It’s been sixty-nine years since Alex Raymond’s Flash Gordon graced the full color Sunday comic sections of local newspapers. Since that time, Flash has been the subject of movies, Saturday morning cartoons, songs, and fueled countess homages. But time has managed to do what his arch nemesis Ming the Merciless could never do: relegate him to relative obscurity. Ask a baby-boomer and they’ll bend your ear about the exploits of the world’s greatest interplanetary traveler and man of valor. Ask a Gen-X’er and they’ll tell you about Queen, tight white T-shirts, and kitsch.  Ask the folks at Titan Books and they’ll tell you about Alex Raymond: Flash Gordon’s creator, its greatest writer/artist, and a run that ran every Sunday for nearly ten years.

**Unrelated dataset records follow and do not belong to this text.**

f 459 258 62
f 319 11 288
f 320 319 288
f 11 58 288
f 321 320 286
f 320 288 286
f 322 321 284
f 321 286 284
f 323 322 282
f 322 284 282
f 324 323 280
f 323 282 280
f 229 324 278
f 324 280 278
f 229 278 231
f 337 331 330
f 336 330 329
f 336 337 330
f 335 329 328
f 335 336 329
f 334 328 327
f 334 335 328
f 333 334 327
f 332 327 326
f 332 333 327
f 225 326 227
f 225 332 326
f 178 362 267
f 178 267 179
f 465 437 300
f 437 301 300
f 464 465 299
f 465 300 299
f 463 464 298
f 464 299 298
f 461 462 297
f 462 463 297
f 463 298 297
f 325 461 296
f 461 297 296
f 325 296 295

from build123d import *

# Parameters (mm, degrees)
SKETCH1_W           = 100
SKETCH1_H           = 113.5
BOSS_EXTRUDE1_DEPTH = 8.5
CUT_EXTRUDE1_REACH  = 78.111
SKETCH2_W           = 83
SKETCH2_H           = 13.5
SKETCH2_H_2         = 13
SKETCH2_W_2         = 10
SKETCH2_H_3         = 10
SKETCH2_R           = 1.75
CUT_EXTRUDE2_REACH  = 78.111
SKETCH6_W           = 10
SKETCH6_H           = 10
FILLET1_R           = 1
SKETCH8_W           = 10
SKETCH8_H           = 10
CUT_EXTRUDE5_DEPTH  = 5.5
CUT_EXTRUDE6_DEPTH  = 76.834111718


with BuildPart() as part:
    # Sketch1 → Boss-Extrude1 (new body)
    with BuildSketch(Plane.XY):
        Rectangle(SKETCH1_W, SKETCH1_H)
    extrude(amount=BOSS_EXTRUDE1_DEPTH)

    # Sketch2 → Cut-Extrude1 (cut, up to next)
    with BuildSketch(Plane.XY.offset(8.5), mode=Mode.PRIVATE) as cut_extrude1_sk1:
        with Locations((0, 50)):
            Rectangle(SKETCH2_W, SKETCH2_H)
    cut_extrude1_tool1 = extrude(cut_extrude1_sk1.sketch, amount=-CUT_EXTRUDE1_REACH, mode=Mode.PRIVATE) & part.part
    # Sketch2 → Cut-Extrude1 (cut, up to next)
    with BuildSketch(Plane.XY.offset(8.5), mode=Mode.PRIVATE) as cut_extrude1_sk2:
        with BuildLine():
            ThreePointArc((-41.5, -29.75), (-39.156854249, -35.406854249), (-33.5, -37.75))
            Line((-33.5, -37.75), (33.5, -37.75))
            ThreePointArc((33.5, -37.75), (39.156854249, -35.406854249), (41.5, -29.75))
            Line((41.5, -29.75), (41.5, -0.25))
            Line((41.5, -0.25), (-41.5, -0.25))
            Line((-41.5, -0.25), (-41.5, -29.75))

Freed now from a tomb of relative pop obscurity Titan Books has put together three volumes collecting Raymond’s work. Each page contains a week’s strip in saturated full-color printed on heavy paper, bringing it leagues away from its inaugural appearance on flimsy newsprint. It is more than a coffee table book: it is a time capsule. Much like Flash’s own narrow weekly escapes, these pages preserve a story rich in sci-fi operatic and fine beautiful line-work from falling into history’s dark corners.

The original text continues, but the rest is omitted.